Drew Gilpin Faust, Harvard's president, outlines the most important leadership lesson that she has learned:
The most important leadership lessons that I have learned have to do with understanding the context in which you are leading. Universities have enormously distributed authority and many different sorts of constituencies, all of whom have a stake in that institution. You're always interacting with them learning from them and directing your energies toward helping pull and push them in the direction you wish to move.
I spend a huge amount of time reaching out to people, either literally or digitally, and with alumni networks all over the world, so that I can connect. Leadership by walking around - that's a digital space now, it's virtual space. An enormous amount of my job is listening to people, to understand where they are, how they see the world so that I can understand how to mobilize their understanding of themselves in service of the institutional priorities.

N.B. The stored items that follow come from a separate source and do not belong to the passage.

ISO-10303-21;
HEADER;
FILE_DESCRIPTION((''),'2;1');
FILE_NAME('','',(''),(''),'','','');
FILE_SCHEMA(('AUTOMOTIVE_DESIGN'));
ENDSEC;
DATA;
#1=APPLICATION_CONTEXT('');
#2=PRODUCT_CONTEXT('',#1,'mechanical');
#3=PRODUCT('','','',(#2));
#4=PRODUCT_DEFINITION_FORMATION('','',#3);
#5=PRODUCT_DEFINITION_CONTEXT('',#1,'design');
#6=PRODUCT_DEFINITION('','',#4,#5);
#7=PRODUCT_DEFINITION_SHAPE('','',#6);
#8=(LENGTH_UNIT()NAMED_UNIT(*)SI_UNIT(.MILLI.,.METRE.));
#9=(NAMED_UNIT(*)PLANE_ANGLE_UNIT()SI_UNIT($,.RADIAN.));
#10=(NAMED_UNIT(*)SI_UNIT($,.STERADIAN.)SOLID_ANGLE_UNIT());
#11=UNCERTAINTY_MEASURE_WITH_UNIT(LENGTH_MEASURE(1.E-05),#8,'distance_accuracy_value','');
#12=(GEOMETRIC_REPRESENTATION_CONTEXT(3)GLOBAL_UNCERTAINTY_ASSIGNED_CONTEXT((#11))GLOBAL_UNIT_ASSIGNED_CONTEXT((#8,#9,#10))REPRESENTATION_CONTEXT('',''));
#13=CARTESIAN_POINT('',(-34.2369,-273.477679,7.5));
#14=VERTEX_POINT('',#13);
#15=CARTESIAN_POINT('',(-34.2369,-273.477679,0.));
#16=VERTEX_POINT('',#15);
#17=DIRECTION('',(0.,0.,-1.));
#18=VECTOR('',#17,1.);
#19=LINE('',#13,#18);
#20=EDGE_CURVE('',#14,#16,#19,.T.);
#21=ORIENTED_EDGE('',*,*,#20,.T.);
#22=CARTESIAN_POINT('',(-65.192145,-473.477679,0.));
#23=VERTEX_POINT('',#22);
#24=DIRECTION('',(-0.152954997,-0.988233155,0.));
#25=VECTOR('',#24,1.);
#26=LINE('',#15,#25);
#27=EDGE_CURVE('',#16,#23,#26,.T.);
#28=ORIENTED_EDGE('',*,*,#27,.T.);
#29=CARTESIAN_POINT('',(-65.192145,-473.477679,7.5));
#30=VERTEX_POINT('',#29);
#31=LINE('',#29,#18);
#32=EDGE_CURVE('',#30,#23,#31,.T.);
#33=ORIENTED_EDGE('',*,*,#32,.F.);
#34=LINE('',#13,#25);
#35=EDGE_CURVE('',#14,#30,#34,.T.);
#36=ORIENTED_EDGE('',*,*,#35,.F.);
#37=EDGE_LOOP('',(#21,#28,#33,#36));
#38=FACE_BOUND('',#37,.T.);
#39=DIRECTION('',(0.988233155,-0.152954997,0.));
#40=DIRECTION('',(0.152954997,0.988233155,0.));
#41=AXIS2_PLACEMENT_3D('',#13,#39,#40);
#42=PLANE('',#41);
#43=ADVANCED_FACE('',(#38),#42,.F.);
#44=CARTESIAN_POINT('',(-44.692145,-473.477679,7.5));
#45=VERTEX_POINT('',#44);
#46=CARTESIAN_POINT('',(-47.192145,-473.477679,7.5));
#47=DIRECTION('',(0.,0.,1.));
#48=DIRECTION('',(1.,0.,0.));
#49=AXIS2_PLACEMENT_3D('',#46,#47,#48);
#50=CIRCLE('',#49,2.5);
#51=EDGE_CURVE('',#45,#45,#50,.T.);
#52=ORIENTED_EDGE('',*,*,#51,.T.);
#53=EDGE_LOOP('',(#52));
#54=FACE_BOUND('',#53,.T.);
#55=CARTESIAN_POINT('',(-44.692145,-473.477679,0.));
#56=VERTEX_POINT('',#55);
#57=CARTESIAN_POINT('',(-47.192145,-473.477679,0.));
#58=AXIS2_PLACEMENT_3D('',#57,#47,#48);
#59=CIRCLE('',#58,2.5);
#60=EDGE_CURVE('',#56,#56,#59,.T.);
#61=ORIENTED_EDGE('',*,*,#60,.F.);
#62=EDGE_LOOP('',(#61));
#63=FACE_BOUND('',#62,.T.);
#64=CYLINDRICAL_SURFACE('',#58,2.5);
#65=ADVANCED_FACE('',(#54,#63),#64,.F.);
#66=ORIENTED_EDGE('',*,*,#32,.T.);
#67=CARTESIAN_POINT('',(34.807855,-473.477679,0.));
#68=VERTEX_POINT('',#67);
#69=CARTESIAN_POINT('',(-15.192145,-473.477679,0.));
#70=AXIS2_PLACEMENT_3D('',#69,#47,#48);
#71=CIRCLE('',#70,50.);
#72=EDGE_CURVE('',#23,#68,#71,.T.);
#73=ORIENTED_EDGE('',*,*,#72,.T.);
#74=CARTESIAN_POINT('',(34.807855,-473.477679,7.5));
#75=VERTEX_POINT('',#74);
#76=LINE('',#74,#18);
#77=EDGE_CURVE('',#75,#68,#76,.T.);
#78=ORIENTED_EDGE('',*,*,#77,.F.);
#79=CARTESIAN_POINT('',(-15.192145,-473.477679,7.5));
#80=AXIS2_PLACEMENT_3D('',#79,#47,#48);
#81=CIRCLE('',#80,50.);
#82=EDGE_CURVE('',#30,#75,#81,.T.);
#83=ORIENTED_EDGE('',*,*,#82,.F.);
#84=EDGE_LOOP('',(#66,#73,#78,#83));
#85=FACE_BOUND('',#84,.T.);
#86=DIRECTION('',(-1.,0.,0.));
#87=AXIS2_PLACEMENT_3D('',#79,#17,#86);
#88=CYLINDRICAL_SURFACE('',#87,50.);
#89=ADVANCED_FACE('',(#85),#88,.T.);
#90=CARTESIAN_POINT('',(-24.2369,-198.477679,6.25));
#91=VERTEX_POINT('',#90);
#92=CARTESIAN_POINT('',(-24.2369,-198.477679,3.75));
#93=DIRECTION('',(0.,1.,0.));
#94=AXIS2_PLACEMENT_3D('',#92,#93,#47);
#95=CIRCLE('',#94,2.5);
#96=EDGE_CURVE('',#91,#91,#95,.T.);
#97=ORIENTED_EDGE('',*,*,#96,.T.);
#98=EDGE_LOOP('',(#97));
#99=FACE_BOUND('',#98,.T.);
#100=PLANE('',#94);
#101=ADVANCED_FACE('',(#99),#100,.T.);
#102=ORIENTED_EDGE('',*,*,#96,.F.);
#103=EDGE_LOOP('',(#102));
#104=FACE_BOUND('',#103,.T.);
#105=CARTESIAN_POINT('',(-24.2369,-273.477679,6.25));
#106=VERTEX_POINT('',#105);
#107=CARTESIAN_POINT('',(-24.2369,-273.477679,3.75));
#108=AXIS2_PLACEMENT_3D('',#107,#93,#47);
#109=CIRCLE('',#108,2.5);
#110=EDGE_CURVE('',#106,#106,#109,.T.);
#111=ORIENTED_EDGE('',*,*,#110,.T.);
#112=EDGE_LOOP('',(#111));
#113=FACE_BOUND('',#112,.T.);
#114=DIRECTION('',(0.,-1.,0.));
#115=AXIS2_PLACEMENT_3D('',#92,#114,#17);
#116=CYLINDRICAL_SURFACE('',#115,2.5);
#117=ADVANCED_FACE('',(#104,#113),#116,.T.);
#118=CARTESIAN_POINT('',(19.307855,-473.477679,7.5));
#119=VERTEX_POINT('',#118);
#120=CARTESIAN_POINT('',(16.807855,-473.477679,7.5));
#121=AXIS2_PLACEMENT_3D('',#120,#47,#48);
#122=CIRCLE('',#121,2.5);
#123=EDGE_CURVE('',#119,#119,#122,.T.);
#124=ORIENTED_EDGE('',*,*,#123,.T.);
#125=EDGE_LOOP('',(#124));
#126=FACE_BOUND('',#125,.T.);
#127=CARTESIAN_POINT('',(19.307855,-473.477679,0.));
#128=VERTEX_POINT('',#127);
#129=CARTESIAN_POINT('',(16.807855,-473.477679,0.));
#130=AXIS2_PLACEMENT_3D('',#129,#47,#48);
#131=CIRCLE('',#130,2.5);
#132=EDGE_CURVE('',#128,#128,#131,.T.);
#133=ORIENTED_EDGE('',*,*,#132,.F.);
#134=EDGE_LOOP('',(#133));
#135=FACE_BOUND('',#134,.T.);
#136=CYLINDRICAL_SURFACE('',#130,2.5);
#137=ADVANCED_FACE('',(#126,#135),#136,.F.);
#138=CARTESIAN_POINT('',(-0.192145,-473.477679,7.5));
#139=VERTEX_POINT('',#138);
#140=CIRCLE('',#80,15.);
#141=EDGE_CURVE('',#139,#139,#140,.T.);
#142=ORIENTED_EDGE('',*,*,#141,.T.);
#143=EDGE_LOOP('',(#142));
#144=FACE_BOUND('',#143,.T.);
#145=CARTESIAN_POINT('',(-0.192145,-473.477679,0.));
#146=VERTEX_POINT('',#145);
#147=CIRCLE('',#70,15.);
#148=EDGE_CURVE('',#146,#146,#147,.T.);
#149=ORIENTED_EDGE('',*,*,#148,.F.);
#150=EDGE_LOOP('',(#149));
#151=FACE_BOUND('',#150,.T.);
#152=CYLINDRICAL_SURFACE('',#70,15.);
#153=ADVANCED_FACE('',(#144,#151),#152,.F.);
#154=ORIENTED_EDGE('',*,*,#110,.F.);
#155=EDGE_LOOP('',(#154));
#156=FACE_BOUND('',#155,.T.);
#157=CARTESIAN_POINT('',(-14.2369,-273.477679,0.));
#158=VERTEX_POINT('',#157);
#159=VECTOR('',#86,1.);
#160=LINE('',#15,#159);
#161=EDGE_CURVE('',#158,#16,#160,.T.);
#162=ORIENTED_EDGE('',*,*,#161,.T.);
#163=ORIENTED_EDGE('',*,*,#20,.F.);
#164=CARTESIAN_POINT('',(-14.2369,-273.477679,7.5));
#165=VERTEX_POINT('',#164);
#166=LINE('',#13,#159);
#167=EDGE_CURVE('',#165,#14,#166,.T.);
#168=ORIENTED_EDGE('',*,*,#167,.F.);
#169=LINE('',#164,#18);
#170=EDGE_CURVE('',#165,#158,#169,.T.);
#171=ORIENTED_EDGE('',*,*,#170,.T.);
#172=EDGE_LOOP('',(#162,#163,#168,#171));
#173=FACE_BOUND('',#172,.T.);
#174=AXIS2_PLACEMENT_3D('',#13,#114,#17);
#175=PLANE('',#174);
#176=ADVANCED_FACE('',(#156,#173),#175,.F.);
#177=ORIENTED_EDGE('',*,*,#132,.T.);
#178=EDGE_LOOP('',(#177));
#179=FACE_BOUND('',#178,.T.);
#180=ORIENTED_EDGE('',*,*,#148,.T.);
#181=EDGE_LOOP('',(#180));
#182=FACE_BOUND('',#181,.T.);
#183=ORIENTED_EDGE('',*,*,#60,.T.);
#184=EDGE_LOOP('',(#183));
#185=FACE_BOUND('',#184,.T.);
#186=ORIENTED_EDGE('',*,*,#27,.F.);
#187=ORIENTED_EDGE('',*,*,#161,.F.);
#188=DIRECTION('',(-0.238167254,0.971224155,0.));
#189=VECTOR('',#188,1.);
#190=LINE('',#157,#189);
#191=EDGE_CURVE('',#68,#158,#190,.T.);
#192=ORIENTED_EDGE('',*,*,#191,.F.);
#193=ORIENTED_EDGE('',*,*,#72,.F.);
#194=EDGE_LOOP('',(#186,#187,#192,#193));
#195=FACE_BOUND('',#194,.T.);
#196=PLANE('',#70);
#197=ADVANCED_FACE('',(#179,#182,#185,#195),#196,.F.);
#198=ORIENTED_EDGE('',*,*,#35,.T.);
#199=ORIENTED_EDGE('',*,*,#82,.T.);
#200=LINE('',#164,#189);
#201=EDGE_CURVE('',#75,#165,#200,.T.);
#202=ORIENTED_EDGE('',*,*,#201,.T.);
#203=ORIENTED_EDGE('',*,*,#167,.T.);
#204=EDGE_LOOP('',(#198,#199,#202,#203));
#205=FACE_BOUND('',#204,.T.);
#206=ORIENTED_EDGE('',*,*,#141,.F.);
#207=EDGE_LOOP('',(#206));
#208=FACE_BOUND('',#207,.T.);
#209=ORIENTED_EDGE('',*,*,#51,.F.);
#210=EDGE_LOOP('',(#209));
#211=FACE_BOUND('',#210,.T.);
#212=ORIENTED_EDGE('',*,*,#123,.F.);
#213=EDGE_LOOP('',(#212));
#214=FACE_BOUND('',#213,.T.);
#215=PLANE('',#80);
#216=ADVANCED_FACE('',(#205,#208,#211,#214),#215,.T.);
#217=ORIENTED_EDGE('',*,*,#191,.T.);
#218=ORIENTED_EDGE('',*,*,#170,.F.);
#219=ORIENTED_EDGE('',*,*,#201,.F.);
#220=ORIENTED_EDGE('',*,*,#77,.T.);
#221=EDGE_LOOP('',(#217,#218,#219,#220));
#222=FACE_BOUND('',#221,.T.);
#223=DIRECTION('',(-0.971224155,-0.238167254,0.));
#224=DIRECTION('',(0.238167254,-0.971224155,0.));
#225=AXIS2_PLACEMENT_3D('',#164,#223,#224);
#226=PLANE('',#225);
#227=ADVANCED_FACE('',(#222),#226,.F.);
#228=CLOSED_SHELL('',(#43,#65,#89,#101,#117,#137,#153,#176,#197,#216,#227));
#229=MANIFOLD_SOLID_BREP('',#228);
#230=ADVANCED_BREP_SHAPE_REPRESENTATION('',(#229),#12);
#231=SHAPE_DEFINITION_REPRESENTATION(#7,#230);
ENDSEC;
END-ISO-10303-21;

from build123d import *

# Parameters (mm, degrees)
BOSS_EXTRUDE1_DEPTH = 7.5
SKETCH3_R           = 2.5
BOSS_EXTRUDE2_DEPTH = 75
SKETCH4_R           = 15
SKETCH4_R_2         = 2.5
CUT_EXTRUDE1_DEPTH  = 528.574777612


with BuildPart() as part:
    # Sketch1 → Boss-Extrude1 (new body)
    with BuildSketch(Plane.XY):
        with BuildLine():
            Line((-34.236900243, -273.477678772), (-14.236900243, -273.477678772))
            Line((-14.236900243, -273.477678772), (34.807854774, -473.477678772))
            ThreePointArc((34.807854774, -473.477678772), (-15.192145226, -523.477678772), (-65.192145226, -473.477678772))
            Line((-65.192145226, -473.477678772), (-34.236900243, -273.477678772))
        make_face()
    extrude(amount=BOSS_EXTRUDE1_DEPTH)

    # Sketch3 → Boss-Extrude2 (add)
    with BuildSketch(Plane(origin=(0, -273.477678772, 0), x_dir=(1, 0, 0), z_dir=(0, 1, 0))):
        with Locations(Location((-24.236900243, -3.75, 0), (0, 0, 270))):
            Circle(SKETCH3_R)
    extrude(amount=BOSS_EXTRUDE2_DEPTH)

    # Sketch4 → Cut-Extrude1 (cut, through all)
    with BuildSketch(Plane.XY.offset(7.5)):
        with Locations((-15.192145226, -473.477678772)):
            Circle(SKETCH4_R)
        with Locations((16.807854774, -473.477678772)):
            Circle(SKETCH4_R_2)
        with Locations((-47.192145226, -473.477678772)):
            Circle(SKETCH4_R_2)
    extrude(amount=-CUT_EXTRUDE1_DEPTH, mode=Mode.SUBTRACT)


solid = part.part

A component of leadership is related to entropy. That's the idea that all things run down, that order is inevitably lost. But if entropy exists, so does its opposite. It is possible to create order. It is possible to take things to a higher state. It is called negative entropy.
An example of negative entropy is connectivity. The connectivity potential is illustrated with the telephone network. Building transferable knowledge and connectivity - negative entropy - is what humans are doing. And the information potential of a network grows faster than the number of connections. It grows exponentially with the number of combinations. Robert Metcalfe, inventor of Ethernet, suggested that the value of a network was the square of the number of connections. We are only two years away from having three billion human beings connected to the Internet. Square three billion - it's a big number - making a large network staggeringly valuable.
By "walking around" the digital landscape, Dr. Faust is fundamentally attempting to create negative entropy.